NOTE: This is the second of a two-part blog post that provides a glimpse inside a research lab at Xerox where scientists and imaging specialists are developing the latest technology. You are invited to play with technology currently being developed and provide valuable feedback directly to the research team. The first post can be found here.
Guest blogger Craig Saunders manages computer vision research at Xerox’s European research lab in Grenoble, France. Craig’s primary research interests lie in Machine Learning and the development and application of algorithms to a wide variety of application domains including digital photos. He has a PhD in Machine Learning
In the last blog entry I covered a little bit the technologies around image classification and retrieval. These are very mature technologies, being investigated my many research groups.
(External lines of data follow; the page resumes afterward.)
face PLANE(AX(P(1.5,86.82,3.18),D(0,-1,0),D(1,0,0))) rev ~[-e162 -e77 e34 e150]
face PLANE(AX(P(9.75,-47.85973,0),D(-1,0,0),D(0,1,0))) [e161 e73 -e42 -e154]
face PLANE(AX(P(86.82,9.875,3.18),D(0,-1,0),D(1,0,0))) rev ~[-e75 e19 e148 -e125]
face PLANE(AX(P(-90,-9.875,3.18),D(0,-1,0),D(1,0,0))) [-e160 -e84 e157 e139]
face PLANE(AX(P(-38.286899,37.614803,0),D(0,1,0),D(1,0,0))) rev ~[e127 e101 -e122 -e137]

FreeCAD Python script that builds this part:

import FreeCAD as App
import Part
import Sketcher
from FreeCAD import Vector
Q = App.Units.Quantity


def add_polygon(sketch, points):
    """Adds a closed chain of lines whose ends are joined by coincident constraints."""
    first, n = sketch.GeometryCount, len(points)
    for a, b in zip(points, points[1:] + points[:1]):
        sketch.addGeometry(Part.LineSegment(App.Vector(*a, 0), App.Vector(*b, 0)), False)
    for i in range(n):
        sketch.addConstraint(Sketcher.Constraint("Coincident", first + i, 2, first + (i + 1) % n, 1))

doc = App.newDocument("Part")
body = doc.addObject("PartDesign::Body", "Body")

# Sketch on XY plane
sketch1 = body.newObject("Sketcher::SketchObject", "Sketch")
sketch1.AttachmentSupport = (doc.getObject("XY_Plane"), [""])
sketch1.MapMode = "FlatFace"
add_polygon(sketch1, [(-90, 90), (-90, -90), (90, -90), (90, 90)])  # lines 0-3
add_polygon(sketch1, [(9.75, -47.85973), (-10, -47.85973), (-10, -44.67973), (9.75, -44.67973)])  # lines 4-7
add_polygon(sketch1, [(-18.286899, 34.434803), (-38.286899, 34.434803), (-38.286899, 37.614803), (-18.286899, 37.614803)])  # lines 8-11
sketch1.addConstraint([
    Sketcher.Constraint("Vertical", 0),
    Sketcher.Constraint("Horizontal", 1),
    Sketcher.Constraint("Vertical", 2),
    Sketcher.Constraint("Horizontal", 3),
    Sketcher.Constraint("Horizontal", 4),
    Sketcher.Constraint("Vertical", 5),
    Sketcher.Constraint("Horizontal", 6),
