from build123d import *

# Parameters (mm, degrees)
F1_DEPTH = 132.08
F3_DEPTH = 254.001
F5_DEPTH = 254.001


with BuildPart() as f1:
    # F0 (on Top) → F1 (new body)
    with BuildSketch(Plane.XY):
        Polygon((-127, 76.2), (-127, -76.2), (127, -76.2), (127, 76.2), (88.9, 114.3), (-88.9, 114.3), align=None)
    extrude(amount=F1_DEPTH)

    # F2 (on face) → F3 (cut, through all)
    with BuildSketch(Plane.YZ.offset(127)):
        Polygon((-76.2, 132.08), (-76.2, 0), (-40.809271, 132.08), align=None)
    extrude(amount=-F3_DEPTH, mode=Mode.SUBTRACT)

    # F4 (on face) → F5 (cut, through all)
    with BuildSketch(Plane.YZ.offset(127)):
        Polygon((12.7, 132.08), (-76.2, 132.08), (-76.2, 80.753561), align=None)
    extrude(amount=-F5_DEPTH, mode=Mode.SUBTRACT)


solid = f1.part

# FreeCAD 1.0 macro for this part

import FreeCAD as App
import Part
import Sketcher

V = App.Vector
Q = App.Units.Quantity


def add_polygon(sketch, points):
    """Adds a closed chain of lines whose ends are joined by coincident constraints."""
    first, n = sketch.GeometryCount, len(points)
    for a, b in zip(points, points[1:] + points[:1]):
        sketch.addGeometry(Part.LineSegment(App.Vector(*a, 0), App.Vector(*b, 0)), False)
    for i in range(n):
        sketch.addConstraint(Sketcher.Constraint("Coincident", first + i, 2, first + (i + 1) % n, 1))

doc = App.newDocument("Part")
body = doc.addObject("PartDesign::Body", "Body")

# Sketch on XY plane
sketch1 = body.newObject("Sketcher::SketchObject", "Sketch")
sketch1.AttachmentSupport = (doc.getObject("XY_Plane"), [""])
sketch1.MapMode = "FlatFace"
add_polygon(sketch1, [(-127, 76), (-127, -76), (127, -76), (127, 76), (89, 114), (-89, 114)])  # lines 0-5
sketch1.addConstraint([
    Sketcher.Constraint("Vertical", 0),
    Sketcher.Constraint("Horizontal", 1),
    Sketcher.Constraint("Vertical", 2),
    Sketcher.Constraint("Horizontal", 4),
    Sketcher.Constraint("Symmetric", 0, 2, 2, 2, -1, 1),
    Sketcher.Constraint("Perpendicular", 3, 5),
    Sketcher.Constraint("Horizontal", 2, 2, 5, 2),
    Sketcher.Constraint("Equal", 3, 5),
    Sketcher.Constraint("DistanceX", 1, 1, 1, 2, Q("10 in")),
    Sketcher.Constraint("DistanceX", 4, 2, 4, 1, Q("7 in")),
    Sketcher.Constraint("DistanceY", 0, 2, 0, 1, Q("6 in")),
])
pad1 = body.newObject("PartDesign::Pad", "Pad")
pad1.Profile = sketch1
pad1.Length = Q("5.2 in")

# Sketch on YZ plane
sketch2 = body.newObject("Sketcher::SketchObject", "Sketch001")
sketch2.AttachmentSupport = (doc.getObject("YZ_Plane"), [""])
sketch2.MapMode = "FlatFace"
sketch2.AttachmentOffset = App.Placement(V(0, 0, 5 * 25.4), App.Rotation())
add_polygon(sketch2, [(-76, 132), (-76, 0), (-41, 132)])  # lines 0-2
sketch2.addConstraint([
    Sketcher.Constraint("Vertical", 0),
    Sketcher.Constraint("Horizontal", 2),
    Sketcher.Constraint("PointOnObject", 0, 2, -1),
    Sketcher.Constraint("DistanceY", 0, 2, 0, 1, Q("5.2 in")),
    Sketcher.Constraint("DistanceX", 0, 2, -1, 1, Q("3 in")),
    Sketcher.Constraint("Angle", 1, Q("75 deg")),
])
pocket1 = body.newObject("PartDesign::Pocket", "Pocket")
pocket1.Profile = sketch2
pocket1.Type = "ThroughAll"

# Sketch on YZ plane
sketch3 = body.newObject("Sketcher::SketchObject", "Sketch002")
sketch3.AttachmentSupport = (doc.getObject("YZ_Plane"), [""])
sketch3.MapMode = "FlatFace"
sketch3.AttachmentOffset = App.Placement(V(0, 0, 5 * 25.4), App.Rotation())
add_polygon(sketch3, [(13, 132), (-76, 132), (-76, 81)])  # lines 0-2
sketch3.addConstraint([
    Sketcher.Constraint("Horizontal", 0),
    Sketcher.Constraint("Vertical", 1),
    Sketcher.Constraint("DistanceX", 0, 2, 0, 1, Q("3.5 in")),
    Sketcher.Constraint("DistanceX", 0, 2, -1, 1, Q("3 in")),
    Sketcher.Constraint("Angle", 2, Q("30 deg")),
    Sketcher.Constraint("DistanceY", -1, 1, 0, 2, Q("5.2 in")),
])
pocket2 = body.newObject("PartDesign::Pocket", "Pocket001")
pocket2.Profile = sketch3
pocket2.Type = "ThroughAll"

doc.recompute()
In this post we’ll discuss a newer line of emerging research: Aesthetic Image Assessment.
As we discussed before, categorization technology is mature and very good image representations and mathematical models have been found to tackle the problem (if you extract an image patch that looks like a wheel, then the image is more likely to contain a car then a horse for example). But what about aesthetic judgment? What makes an image good or bad, pretty or ugly? These are hard questions to answer because they are subjective and depend on the content (a city-scene shot might require pin-sharp focus and great depth of field, whereas a portrait or macro shot might want the subject in focus and the background blurred for instance).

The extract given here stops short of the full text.